=== To do ===
Please output the data below exactly as given, starting at its first line and stopping after the line that contains "#124=CARTESIAN_POINT('',(0.098968,20.,-8.3));".

Stored data
**********

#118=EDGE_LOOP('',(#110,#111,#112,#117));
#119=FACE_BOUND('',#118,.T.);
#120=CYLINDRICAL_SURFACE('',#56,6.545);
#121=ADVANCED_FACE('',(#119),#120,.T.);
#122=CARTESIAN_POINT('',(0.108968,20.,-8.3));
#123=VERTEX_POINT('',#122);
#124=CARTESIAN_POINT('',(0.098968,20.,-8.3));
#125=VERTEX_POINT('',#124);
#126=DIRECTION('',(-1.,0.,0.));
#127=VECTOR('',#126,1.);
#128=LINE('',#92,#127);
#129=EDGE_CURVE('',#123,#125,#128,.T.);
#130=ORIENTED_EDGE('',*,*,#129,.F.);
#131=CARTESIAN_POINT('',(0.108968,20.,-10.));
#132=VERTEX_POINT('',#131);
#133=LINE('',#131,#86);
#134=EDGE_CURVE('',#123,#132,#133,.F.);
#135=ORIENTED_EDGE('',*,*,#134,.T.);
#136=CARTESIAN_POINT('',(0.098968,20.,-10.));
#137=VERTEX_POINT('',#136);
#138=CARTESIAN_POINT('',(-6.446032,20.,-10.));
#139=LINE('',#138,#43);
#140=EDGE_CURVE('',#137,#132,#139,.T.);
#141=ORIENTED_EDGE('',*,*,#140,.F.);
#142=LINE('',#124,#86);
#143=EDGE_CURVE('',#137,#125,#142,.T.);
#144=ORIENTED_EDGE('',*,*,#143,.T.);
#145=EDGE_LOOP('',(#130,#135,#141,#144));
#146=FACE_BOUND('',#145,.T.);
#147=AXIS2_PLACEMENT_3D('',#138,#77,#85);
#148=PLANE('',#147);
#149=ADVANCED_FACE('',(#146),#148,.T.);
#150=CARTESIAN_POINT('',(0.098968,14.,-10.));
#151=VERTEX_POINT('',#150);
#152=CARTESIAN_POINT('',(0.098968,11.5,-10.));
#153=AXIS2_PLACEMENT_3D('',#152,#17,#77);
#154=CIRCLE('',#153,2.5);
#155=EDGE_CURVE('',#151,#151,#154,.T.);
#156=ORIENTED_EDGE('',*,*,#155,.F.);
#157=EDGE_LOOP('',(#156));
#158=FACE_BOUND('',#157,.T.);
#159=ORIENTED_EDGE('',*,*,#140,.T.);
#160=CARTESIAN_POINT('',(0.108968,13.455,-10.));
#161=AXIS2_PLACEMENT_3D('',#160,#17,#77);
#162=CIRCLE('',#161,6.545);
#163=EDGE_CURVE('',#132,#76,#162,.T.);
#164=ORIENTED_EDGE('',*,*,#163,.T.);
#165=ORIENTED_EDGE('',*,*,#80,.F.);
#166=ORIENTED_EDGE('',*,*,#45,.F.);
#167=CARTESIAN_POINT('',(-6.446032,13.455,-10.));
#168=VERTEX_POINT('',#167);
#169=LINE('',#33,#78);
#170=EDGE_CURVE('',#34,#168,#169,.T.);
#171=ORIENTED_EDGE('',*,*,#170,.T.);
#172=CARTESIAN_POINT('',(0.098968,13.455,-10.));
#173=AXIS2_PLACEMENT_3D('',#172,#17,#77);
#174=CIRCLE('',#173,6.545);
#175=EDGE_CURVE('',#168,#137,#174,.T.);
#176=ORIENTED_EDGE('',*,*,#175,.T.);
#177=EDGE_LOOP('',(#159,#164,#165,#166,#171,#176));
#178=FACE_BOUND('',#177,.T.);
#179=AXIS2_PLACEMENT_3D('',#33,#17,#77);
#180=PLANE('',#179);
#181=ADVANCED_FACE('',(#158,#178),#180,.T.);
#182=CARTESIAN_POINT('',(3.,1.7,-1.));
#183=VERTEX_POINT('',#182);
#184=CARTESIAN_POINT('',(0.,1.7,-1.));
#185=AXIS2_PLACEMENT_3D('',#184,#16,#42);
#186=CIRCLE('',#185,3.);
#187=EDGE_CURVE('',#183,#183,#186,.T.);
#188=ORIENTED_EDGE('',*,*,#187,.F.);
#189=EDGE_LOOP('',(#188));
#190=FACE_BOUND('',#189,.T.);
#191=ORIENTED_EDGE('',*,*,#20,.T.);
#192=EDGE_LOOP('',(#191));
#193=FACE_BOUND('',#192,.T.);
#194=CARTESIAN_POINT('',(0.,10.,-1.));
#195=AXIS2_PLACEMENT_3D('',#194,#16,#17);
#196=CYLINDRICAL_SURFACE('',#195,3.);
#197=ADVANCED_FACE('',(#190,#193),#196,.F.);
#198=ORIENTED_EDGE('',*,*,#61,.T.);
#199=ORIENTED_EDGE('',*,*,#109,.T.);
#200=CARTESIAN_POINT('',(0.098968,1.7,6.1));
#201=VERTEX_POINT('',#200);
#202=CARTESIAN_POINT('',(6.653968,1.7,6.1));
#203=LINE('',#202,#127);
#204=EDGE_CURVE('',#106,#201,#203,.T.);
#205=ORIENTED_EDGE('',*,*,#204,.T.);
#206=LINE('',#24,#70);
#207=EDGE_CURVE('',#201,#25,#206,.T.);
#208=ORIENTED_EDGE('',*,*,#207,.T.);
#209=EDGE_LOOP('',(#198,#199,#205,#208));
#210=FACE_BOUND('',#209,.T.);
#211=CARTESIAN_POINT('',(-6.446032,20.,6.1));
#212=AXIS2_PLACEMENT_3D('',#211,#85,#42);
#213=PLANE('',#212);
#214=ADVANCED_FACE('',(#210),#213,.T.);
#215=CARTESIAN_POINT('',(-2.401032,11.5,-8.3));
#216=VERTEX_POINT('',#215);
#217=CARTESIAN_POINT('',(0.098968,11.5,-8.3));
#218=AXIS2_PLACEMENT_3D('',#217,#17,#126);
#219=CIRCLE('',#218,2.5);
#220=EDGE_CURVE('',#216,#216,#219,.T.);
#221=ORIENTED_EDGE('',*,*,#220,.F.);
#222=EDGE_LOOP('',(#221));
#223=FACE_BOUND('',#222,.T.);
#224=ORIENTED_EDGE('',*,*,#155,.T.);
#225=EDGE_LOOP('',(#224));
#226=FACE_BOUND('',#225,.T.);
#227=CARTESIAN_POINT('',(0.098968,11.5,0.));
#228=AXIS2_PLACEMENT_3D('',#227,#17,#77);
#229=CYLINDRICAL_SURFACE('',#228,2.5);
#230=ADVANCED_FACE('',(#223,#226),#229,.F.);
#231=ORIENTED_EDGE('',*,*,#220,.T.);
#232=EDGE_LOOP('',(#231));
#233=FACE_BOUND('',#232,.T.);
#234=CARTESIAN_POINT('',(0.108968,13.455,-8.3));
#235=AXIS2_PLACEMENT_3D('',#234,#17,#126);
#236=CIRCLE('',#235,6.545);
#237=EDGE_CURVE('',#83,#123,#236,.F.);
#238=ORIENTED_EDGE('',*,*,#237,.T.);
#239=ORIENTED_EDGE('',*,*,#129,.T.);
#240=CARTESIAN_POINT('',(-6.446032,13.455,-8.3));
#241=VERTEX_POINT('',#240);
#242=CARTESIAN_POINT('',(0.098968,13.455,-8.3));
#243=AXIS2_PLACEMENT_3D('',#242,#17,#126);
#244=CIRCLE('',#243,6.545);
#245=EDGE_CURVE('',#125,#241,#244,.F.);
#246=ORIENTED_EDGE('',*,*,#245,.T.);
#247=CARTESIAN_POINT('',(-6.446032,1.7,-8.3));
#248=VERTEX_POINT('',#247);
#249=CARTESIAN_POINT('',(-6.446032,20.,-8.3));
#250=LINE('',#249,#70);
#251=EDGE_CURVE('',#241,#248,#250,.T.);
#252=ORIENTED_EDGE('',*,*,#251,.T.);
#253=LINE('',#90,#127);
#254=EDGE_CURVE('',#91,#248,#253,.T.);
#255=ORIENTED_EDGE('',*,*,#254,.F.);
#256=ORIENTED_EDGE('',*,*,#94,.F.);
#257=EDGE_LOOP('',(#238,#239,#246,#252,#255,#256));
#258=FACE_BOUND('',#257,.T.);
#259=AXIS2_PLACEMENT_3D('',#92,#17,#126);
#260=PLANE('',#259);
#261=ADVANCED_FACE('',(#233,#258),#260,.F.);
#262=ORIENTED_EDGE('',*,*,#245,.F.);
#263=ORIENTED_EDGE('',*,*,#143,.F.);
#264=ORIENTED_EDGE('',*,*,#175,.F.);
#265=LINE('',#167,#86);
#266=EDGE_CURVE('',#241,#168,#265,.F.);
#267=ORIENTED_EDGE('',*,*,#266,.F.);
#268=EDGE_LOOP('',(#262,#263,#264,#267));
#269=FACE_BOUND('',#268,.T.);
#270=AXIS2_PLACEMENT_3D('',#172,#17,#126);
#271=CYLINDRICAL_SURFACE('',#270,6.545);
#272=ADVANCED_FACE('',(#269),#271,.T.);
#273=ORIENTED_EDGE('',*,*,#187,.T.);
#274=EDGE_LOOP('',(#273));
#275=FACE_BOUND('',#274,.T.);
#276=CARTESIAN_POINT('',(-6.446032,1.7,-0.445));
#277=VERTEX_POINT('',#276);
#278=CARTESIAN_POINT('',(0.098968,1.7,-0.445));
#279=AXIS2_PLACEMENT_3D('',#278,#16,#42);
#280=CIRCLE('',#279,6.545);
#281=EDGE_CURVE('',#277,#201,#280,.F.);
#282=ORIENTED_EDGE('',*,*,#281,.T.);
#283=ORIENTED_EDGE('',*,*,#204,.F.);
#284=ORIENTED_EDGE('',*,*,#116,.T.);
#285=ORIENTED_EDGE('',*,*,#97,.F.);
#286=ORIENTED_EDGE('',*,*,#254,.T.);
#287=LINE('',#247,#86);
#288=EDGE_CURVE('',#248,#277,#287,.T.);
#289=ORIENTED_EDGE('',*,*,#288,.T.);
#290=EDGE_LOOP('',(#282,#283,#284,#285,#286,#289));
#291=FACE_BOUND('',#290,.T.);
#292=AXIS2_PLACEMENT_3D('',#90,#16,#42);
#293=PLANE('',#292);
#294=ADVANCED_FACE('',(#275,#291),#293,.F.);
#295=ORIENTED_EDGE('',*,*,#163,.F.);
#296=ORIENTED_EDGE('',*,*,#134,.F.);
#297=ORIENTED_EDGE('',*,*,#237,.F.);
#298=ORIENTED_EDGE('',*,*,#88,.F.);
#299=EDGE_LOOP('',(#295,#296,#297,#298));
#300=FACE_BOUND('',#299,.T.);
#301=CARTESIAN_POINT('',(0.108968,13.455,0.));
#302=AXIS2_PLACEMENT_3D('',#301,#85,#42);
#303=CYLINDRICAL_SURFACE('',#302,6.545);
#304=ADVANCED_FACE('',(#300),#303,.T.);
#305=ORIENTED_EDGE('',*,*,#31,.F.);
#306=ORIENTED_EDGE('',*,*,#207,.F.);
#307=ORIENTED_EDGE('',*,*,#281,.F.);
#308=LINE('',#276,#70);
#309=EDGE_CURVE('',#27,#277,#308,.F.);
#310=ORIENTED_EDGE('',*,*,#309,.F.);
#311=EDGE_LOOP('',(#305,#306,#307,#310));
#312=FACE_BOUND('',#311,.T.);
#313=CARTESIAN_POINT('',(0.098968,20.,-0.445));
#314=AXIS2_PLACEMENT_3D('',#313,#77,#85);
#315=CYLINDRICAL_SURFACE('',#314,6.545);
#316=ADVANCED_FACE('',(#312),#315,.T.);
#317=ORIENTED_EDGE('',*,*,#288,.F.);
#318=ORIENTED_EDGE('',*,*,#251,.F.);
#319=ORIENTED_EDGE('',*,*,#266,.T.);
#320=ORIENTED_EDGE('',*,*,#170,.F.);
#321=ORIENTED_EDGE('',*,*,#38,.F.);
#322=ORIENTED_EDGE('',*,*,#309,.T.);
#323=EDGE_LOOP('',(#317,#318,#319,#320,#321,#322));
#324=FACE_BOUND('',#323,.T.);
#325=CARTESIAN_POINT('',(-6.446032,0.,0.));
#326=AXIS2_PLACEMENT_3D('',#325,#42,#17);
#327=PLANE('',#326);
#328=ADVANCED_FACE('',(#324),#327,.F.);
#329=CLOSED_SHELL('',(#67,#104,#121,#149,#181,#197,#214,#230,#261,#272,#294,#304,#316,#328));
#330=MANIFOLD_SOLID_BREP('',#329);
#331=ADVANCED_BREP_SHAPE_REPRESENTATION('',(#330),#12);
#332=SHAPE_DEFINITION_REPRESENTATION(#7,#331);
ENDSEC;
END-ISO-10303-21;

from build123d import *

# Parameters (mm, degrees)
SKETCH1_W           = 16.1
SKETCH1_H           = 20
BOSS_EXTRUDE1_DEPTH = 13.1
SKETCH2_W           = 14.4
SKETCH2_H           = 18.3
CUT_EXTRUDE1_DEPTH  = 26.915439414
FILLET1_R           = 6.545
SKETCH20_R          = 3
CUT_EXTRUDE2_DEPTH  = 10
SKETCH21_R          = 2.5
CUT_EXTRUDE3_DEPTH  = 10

**********

=== Task solution ===
#118=EDGE_LOOP('',(#110,#111,#112,#117));
#119=FACE_BOUND('',#118,.T.);
#120=CYLINDRICAL_SURFACE('',#56,6.545);
#121=ADVANCED_FACE('',(#119),#120,.T.);
#122=CARTESIAN_POINT('',(0.108968,20.,-8.3));
#123=VERTEX_POINT('',#122);
#124=CARTESIAN_POINT('',(0.098968,20.,-8.3));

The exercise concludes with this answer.